Desde quando os Queens Park Rangers se tornaram o primeiro clube britânico a instalar um gramado artificial em 1981 - que acabou sendo removido sete anos mais tarde - são feitos pedidos intermitentes para a sua introdução mais generalizada. Os gramados desse tipo foram banidos dos estádios do campeonato inglês em 1995 porque, aparentemente, faziam a bola quicar demais e rolar com demasiada rapidez (por isso usava-se areia), provocando lesões. Pelos mesmos motivos, os torcedores também se queixavam da baixa qualidade do espetáculo futebolístico proporcionado pela grama artificial.

Cartolas das divisões inferiores realizaram uma votação para decidir se a proibição aos gramados artificiais seria mantida ou não (os cartolas das duas principais divisões não foram consultados). O resultado foi apertado: 34 times votaram a favor dos gramados artificiais, 34 votaram contra e 4 se abstiveram. Isso significa que a moratória do plástico vai continuar por enquanto. Mas uma diferença tão pequena indica que pode ser apenas questão de tempo até que a alternativa artificial seja finalmente adotada.

Há dois motivos por trás da diminuição da antipatia dos clubes em relação ao plástico. O primeiro é o fato de a tecnologia ter avançado desde os experimentos iniciais. Os campos artificiais consistem agora num total de até seis camadas, incluindo folhas plásticas de grama, uma camada de areia e partículas de borracha, uma camada de "amortecimento" para fazer a bola quicar, e uma camada de asfalto poroso. Alguns desses gramados da dita terceira geração (3G) já foram certificados pela FIFA, a entidade que governa o futebol, sendo usados na Rússia e em Andorra nas partidas internacionais. Há também vários exemplos de campos aprovados pela FIFA sendo usados nos campeonatos profissionais da Europa.

Mas o detalhe mais atraente para os dirigentes dos clubes menores e de orçamento mais modesto  é o fato de os gramados 3G melhorarem ambos os lados do balanço patrimonial. Embora ainda exijam manutenção regular, está é mais barata no longo prazo do que aquela necessária para a grama tradicional, mesmo se levarmos em consideração um custo de instalação de £ 500 mil (US$ 792 mil). Além disso, podem ser usados com frequência bem maior, sem correr o risco de virarem um lamaçal. Assim, os estádios poderiam receber mais partidas de futebol, ou espetáculos de música e outros eventos do tipo.

Embora esses campos tenham se tornado mais comuns na Europa e em outros esportes tradicionalmente praticados na grama, como o rúgbi, os torcedores e jogadores britânicos ainda não se convenceram. Até que o uso da grama sintética se torne generalizado, muitos acreditam que a diferença proporciona uma vantagem injusta ao time da casa, pois a bola se comporta de maneira diferente daquela conhecida pelo time visitante. A seleção inglesa colocou parte da culpa pela derrota diante da Rússia no Campeonato Europeu no fato de terem de jogar num gramado de plástico em Moscou (na verdade, a derrota teve mais a ver com as trapalhadas da zaga inglesa). Quando o País de Gales teve sérias dificuldades para bater a frágil seleção de Andorra este ano, Gareth Bale, astro galês, demonstrou certeza de que o campo artificial foi o grande motivo de tamanha luta: "É difícil descrever o quanto o gramado foi difícil de lidar, instável e duro", disse ele.

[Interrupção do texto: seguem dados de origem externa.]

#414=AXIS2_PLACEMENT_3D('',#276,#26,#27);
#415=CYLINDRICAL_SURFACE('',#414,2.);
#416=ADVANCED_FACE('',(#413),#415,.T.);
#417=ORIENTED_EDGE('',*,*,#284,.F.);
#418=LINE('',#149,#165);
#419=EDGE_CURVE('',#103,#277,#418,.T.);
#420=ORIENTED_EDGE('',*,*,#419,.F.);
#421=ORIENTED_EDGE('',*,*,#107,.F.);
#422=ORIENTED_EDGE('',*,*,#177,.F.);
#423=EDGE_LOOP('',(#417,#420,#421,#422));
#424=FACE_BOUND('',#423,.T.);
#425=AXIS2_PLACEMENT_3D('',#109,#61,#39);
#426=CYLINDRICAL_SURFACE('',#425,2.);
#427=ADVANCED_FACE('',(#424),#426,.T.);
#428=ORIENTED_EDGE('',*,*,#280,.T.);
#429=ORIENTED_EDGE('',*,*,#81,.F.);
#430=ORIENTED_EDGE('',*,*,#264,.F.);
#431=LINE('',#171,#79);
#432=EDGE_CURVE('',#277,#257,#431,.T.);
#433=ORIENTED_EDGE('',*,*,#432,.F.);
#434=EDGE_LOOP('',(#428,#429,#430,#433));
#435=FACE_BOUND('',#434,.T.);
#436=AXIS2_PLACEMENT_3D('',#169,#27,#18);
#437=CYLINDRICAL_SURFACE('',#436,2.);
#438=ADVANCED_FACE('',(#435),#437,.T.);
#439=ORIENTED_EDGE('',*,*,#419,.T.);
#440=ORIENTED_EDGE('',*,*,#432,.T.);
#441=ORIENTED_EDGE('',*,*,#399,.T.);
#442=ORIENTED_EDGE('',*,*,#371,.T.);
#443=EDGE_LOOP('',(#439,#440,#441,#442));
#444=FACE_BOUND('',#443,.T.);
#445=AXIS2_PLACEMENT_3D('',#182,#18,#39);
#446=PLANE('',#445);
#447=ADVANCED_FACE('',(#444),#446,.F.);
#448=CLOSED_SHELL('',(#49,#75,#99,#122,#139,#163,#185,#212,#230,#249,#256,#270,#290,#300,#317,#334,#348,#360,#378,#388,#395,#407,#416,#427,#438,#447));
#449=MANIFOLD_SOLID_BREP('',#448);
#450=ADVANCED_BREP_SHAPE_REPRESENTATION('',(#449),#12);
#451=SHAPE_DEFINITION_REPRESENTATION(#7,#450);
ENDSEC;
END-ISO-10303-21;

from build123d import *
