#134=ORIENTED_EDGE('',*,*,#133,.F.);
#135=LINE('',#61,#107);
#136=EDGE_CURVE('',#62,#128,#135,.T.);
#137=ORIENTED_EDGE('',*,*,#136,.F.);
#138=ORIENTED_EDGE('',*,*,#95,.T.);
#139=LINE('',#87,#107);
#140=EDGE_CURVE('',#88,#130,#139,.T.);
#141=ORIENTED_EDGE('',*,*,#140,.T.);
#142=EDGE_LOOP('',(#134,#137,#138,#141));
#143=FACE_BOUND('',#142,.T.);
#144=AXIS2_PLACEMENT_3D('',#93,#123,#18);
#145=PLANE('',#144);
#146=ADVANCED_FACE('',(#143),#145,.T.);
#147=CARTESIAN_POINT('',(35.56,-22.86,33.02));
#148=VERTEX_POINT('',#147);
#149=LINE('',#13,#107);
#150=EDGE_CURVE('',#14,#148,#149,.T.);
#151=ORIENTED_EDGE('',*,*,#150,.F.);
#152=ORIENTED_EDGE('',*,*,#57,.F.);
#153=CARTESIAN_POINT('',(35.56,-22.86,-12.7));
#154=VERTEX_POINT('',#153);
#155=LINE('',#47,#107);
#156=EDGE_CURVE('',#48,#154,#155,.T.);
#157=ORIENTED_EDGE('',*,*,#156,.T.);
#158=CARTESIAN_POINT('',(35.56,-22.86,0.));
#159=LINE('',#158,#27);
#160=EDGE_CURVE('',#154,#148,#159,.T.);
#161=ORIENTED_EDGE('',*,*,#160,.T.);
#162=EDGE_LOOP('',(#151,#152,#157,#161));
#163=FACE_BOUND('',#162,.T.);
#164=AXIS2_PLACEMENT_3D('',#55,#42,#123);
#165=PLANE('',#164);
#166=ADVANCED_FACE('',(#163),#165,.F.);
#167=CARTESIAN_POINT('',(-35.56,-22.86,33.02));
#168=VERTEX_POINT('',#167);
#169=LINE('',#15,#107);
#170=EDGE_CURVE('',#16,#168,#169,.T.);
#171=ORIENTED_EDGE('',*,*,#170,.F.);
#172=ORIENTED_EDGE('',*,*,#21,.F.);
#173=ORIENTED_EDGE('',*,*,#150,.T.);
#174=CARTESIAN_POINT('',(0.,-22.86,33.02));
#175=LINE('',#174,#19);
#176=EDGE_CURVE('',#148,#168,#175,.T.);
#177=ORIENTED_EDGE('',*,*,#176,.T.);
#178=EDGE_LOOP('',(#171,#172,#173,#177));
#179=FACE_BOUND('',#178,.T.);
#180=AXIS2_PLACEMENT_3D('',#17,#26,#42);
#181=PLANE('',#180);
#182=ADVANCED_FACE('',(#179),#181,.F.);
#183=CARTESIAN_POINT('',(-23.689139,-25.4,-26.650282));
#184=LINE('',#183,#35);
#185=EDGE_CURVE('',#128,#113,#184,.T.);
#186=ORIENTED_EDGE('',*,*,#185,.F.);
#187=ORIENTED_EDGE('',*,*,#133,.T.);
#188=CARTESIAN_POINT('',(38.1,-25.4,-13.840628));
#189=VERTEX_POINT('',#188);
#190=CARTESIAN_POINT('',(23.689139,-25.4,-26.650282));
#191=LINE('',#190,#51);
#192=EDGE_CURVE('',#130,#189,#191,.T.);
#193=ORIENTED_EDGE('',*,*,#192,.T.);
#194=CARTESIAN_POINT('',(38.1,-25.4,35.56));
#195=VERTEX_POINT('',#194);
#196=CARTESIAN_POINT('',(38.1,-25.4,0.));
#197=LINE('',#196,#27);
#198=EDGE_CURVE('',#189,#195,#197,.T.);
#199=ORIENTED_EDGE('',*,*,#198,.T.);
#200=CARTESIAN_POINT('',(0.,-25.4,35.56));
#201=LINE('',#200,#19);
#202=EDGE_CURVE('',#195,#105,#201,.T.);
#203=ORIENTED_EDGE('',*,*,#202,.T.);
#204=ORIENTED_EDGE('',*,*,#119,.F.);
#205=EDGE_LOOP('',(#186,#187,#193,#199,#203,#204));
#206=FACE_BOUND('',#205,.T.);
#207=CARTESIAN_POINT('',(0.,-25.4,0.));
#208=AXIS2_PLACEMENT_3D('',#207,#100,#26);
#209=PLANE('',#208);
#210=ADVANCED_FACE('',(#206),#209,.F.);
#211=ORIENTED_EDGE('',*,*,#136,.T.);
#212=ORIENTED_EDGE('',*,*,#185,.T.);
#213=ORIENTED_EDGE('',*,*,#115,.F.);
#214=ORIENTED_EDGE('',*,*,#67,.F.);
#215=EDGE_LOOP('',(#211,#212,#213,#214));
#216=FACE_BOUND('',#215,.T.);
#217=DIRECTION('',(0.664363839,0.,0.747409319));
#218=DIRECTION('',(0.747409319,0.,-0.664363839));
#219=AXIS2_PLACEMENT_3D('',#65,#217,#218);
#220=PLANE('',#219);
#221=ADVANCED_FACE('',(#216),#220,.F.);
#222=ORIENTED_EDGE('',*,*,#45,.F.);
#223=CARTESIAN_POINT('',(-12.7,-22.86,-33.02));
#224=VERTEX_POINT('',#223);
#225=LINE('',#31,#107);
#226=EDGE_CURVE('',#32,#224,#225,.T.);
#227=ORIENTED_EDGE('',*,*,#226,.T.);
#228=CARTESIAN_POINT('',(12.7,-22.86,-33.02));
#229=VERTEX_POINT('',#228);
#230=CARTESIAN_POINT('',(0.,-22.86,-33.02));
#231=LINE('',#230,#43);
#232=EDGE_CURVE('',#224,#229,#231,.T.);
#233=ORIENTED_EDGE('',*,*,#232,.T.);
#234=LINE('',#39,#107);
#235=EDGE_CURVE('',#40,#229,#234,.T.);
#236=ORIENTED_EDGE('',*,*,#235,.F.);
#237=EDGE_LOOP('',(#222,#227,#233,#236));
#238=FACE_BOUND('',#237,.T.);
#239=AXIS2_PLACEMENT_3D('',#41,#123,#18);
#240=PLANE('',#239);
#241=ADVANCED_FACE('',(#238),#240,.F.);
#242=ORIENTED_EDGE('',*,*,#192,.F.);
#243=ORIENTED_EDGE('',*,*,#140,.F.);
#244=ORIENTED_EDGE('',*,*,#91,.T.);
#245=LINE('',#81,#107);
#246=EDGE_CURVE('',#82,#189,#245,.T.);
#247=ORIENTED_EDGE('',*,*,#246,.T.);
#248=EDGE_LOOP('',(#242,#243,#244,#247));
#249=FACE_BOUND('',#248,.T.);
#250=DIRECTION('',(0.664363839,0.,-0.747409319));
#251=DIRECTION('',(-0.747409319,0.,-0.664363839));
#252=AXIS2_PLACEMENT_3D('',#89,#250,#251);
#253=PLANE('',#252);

Entretanto, as equipes já tentam aproveitar ao máximo a vantagem de ser o time da casa de outras maneiras. As seleções do México e do Equador têm vantagem ao jogarem em casa por causa da altitude (a FIFA decidiu que La Paz, na Bolívia, fica numa altitude impraticável para as partidas internacionais, que foram proibidas na cidade). Equipes de jogo mais vistoso e expansivo, como o Barcelona, gostam de jogar em campos mais largos, que dão aos atletas mais espaço. 

Em outros esportes a lógica é a mesma. Os times de beisebol projetam estádios excêntricos ou assimétricos, para que os jogadores tenham alguma vantagem com base na familiaridade com o espaço, e para compor elencos capazes de explorar ao máximo as vantagens de cada campo, contratando por exemplo rebatedores canhotos para jogar num estádio onde o campo da direita é mais curto. Esse tipo de tática não é visto como legítimo, mas acrescenta uma dose interessante de variedade e estratégia. Parece que, em se tratando de gramados artificiais, este é um raro exemplo de quando a grama do vizinho não é mais verde do que a nossa.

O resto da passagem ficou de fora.